Combining previous information that IL-27p28 (p28) antagonizes gp130-mediated signaling (Stumhofer et al., 2010) and that the IL-12p40 homodimer is a potent IL-12 antagonist (Gillessen et al., 1995), a novel IL-27p28/IL-12p40 heterodimeric cytokine (p28/p40) has been very recently engineered in a bicistronic vector (R.X.Wang, Yu, Mahdi, & Egwuagu, 2012). When administered in vivo, p28/p40 heterodimer suppressed experimental autoimmune uveitis (EAU) by inhibiting the differentiation and inflammatory responses of both TH1 and TH17 cells while promoting expansion of IL-10⁺ and Foxp3⁺ Treg cells. In addition, lymph node cells from mice treated with p28/p40 blocked the adoptive transfer of EAU to naive syngeneic mice by immunopathogenic T cells. In vitro experiments demonstrated that p28/p40 inhibits the signaling downstream both IL-12Rβ1 and gp130 receptor subunits, an effect that may explain the concomitant suppression of TH1 (mediated by IL-12Rβ1) and TH17 (mediated by IL-6 and thus gp130) responses. The inhibition of IL-6 signaling may in turn push the balance from TH17 to Treg cells favoring the increase in immunosuppressive Treg-mediated responses in vivo.

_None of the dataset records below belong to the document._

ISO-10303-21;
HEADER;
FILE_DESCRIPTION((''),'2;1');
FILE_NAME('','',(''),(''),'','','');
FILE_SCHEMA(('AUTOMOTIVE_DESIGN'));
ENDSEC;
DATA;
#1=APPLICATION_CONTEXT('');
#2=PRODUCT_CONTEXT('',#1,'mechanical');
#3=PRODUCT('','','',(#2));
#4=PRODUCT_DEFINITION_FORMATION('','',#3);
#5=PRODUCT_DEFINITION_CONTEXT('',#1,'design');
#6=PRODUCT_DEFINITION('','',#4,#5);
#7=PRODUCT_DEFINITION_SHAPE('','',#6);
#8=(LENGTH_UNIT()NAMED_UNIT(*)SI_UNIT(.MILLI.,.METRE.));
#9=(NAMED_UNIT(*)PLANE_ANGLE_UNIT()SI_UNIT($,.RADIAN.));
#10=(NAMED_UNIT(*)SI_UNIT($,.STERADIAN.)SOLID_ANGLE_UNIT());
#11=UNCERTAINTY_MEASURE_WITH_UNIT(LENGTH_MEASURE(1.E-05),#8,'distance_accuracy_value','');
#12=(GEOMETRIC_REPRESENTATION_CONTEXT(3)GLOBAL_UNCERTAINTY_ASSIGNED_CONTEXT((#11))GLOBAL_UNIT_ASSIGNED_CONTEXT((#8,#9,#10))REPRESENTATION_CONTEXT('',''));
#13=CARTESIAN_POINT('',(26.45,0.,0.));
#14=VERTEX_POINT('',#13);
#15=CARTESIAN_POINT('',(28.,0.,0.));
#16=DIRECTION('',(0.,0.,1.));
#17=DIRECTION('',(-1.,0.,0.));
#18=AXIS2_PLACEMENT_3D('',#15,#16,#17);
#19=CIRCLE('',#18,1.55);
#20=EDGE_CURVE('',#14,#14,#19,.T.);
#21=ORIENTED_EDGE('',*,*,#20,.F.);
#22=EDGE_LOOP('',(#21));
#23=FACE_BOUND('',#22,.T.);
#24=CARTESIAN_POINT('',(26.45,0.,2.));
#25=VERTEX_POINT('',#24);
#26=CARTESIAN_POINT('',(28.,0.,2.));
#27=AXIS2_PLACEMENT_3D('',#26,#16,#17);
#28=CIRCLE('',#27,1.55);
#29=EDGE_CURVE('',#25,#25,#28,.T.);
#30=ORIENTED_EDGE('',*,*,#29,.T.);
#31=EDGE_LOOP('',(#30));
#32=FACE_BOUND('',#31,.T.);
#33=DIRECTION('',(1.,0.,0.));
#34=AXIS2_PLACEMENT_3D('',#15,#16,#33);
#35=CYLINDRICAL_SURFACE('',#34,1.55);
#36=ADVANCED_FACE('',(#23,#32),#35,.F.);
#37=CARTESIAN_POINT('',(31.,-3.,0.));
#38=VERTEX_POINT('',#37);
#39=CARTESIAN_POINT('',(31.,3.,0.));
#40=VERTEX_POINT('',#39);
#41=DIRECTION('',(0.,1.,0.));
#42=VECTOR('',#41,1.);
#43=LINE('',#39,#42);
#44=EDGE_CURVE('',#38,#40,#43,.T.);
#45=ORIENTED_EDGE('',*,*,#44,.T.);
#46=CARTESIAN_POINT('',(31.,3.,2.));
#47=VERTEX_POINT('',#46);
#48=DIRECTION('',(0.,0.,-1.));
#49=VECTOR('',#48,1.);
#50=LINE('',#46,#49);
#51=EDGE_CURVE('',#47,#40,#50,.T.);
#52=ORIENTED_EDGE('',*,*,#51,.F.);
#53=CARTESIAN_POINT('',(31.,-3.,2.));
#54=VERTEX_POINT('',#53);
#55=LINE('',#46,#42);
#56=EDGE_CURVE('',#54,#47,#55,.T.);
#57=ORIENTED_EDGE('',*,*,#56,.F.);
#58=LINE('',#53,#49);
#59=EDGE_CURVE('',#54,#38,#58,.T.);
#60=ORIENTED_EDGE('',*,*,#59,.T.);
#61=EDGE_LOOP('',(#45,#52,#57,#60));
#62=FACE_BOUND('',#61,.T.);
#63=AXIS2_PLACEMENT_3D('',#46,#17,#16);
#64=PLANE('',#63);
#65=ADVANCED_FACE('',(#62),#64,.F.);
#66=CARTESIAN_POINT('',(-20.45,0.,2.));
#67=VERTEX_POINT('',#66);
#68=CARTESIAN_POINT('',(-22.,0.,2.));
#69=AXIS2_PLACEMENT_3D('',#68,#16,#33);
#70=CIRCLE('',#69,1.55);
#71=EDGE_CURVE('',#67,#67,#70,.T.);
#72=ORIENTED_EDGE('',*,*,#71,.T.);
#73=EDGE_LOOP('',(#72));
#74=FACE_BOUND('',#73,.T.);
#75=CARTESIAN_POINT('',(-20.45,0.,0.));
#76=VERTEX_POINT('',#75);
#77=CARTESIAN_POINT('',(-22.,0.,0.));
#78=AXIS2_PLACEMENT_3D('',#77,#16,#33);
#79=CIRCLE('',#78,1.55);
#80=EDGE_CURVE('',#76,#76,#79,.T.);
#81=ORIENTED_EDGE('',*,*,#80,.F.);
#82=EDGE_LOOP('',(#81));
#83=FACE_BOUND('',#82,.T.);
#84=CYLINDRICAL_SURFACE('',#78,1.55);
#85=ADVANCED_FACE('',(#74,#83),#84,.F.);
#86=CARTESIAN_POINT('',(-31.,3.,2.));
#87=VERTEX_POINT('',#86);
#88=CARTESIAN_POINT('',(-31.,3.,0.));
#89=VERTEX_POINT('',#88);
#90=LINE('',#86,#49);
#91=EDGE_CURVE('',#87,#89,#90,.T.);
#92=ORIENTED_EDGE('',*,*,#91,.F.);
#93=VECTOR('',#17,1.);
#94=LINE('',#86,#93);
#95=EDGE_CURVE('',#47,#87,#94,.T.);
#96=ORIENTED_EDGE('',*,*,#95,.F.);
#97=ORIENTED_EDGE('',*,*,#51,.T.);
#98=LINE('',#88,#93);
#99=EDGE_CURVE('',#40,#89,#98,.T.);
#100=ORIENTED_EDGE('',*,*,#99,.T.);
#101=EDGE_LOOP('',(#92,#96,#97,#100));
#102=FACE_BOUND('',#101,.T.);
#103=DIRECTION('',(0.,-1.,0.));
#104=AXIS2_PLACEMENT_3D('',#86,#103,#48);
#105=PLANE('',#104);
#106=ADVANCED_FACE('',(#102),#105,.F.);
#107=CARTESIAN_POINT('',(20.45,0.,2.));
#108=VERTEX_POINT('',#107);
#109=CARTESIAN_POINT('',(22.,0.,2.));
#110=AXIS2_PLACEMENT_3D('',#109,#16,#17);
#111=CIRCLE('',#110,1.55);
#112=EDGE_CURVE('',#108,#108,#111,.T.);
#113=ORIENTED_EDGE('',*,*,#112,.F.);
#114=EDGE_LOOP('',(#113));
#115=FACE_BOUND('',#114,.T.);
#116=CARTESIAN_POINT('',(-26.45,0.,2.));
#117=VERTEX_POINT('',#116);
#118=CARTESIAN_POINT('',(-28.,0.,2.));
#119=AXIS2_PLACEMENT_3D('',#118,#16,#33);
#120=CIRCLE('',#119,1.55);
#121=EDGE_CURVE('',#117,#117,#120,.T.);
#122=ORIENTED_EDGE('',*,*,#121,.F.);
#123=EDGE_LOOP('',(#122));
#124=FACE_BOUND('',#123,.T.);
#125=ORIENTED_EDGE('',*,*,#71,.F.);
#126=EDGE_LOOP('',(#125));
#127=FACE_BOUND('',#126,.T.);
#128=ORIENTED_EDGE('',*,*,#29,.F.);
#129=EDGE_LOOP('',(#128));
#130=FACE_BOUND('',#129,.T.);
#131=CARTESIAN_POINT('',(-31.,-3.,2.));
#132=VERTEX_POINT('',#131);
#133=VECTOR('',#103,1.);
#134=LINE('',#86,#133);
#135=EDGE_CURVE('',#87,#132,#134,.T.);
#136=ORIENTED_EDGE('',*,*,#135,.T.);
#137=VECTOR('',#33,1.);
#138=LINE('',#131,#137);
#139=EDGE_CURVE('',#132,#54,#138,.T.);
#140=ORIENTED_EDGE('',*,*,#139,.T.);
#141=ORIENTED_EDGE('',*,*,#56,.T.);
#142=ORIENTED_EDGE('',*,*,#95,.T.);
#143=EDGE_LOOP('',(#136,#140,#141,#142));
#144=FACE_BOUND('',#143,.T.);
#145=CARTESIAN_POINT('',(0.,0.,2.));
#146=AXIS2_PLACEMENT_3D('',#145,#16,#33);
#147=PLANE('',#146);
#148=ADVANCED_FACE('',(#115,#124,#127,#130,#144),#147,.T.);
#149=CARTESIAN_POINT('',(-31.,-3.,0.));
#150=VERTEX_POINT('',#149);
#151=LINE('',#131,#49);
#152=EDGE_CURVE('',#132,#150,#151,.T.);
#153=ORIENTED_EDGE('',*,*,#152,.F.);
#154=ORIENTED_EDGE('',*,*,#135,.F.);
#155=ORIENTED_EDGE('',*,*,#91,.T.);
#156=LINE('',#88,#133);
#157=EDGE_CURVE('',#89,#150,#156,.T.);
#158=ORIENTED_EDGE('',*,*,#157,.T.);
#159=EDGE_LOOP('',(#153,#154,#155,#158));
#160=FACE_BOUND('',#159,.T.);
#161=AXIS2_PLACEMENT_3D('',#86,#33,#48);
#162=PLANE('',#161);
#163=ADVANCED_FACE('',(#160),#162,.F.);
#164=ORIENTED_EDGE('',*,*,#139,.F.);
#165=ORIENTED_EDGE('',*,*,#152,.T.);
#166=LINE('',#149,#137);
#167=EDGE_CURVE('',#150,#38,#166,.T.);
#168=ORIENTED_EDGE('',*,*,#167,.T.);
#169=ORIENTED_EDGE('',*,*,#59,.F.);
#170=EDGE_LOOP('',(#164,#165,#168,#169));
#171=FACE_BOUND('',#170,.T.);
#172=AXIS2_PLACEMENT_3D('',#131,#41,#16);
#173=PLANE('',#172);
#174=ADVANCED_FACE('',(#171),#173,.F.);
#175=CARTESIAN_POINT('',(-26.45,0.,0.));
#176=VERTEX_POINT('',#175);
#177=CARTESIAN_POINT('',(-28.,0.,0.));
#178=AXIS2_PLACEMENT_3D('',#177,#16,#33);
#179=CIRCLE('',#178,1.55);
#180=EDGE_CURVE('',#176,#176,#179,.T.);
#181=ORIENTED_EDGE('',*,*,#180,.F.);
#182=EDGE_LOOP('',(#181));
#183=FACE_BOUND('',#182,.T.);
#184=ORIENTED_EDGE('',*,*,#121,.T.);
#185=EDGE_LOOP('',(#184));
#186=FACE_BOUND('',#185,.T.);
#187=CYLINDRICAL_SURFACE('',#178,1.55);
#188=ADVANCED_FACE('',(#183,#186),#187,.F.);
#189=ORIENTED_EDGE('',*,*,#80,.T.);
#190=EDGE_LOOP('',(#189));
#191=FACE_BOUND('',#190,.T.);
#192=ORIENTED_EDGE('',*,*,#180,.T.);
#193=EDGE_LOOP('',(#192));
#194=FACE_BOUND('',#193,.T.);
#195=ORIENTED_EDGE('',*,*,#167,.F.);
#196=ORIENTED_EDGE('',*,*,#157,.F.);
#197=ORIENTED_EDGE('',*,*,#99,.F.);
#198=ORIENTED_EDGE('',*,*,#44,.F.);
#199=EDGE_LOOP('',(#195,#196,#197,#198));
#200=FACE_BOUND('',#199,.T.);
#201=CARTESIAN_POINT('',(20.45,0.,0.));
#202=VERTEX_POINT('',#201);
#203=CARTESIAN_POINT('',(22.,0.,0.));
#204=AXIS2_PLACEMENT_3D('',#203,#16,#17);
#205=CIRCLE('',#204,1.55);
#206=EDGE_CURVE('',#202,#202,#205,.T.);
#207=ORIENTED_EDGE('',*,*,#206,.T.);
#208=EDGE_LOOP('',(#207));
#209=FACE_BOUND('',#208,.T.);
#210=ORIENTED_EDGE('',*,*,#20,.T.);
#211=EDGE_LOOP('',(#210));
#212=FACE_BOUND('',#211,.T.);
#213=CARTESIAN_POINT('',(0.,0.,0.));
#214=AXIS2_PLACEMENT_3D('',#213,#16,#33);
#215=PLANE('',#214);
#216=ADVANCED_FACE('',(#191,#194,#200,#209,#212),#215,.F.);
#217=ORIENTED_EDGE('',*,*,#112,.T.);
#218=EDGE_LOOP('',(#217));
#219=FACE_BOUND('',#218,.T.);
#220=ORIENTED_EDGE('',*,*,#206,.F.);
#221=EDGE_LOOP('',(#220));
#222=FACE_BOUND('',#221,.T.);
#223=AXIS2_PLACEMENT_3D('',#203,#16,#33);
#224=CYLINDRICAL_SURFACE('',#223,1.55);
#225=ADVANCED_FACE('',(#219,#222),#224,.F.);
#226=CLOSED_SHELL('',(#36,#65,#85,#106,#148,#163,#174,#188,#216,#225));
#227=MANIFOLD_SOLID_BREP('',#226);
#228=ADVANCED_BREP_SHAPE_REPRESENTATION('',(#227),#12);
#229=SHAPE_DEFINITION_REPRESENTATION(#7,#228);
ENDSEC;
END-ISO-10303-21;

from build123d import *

# Parameters (mm, degrees)
SKETCH_1_W          = 62
SKETCH_1_H          = 6
EXTRUDE_1_DEPTH     = 2
SKETCH_2_R          = 1.55
CUT_EXTRUDE_1_DEPTH = 2


with BuildPart() as part:
    # 草图1 → 凸台-拉伸1 (new body)
    with BuildSketch(Plane.XY):
        Rectangle(SKETCH_1_W, SKETCH_1_H)
    extrude(amount=EXTRUDE_1_DEPTH)

    # 草图2 → 切除-拉伸1 (cut)
    with BuildSketch(Plane.XY.offset(2)):
        with Locations((-28, 0)):
            Circle(SKETCH_2_R)
        with Locations((-22, 0)):
            Circle(SKETCH_2_R)
        with Locations((22, 0)):
            Circle(SKETCH_2_R)
        with Locations((28, 0)):
            Circle(SKETCH_2_R)
    extrude(amount=-CUT_EXTRUDE_1_DEPTH, mode=Mode.SUBTRACT)


solid = part.part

Although the antagonistic effects of p28/p40 has not been entirely dissected at the molecular level, the creation of a novel heterodimeric cytokine (Figure 3) represents an important proof-of-concept that may promote the discovery of additional IL-12 family members but also of new therapeutic agents.

Conclusions

Bioengineering and preclinical testing of cytokines belonging in the IL-12 family at the moment represent a very fertile ground of investigations, still full of likely surprises. On the one hand, the multitude of studies in several preclinical experimental models of disease has been providing clear clues of therapeutic effects of the subunit members of the IL-12 family in the heterodimeric but, unexpectedly, also in the homodimeric and monomeric form. On the other hand, the availability of predetermined subunit combinations has been allowing us to perform additional studies in order to better define the complex world of these cytokines. Although the new wave of basic biology may perhaps delay the translation into the clinic, heterodimeric cytokines already fulfill the drug property of ‘pharmacological promiscuity’ (i.e., the capacity of a compound to be active at multiple targets) that seems to represent one of the most appealing aims in modern pharmacology (Hopkins, 2008).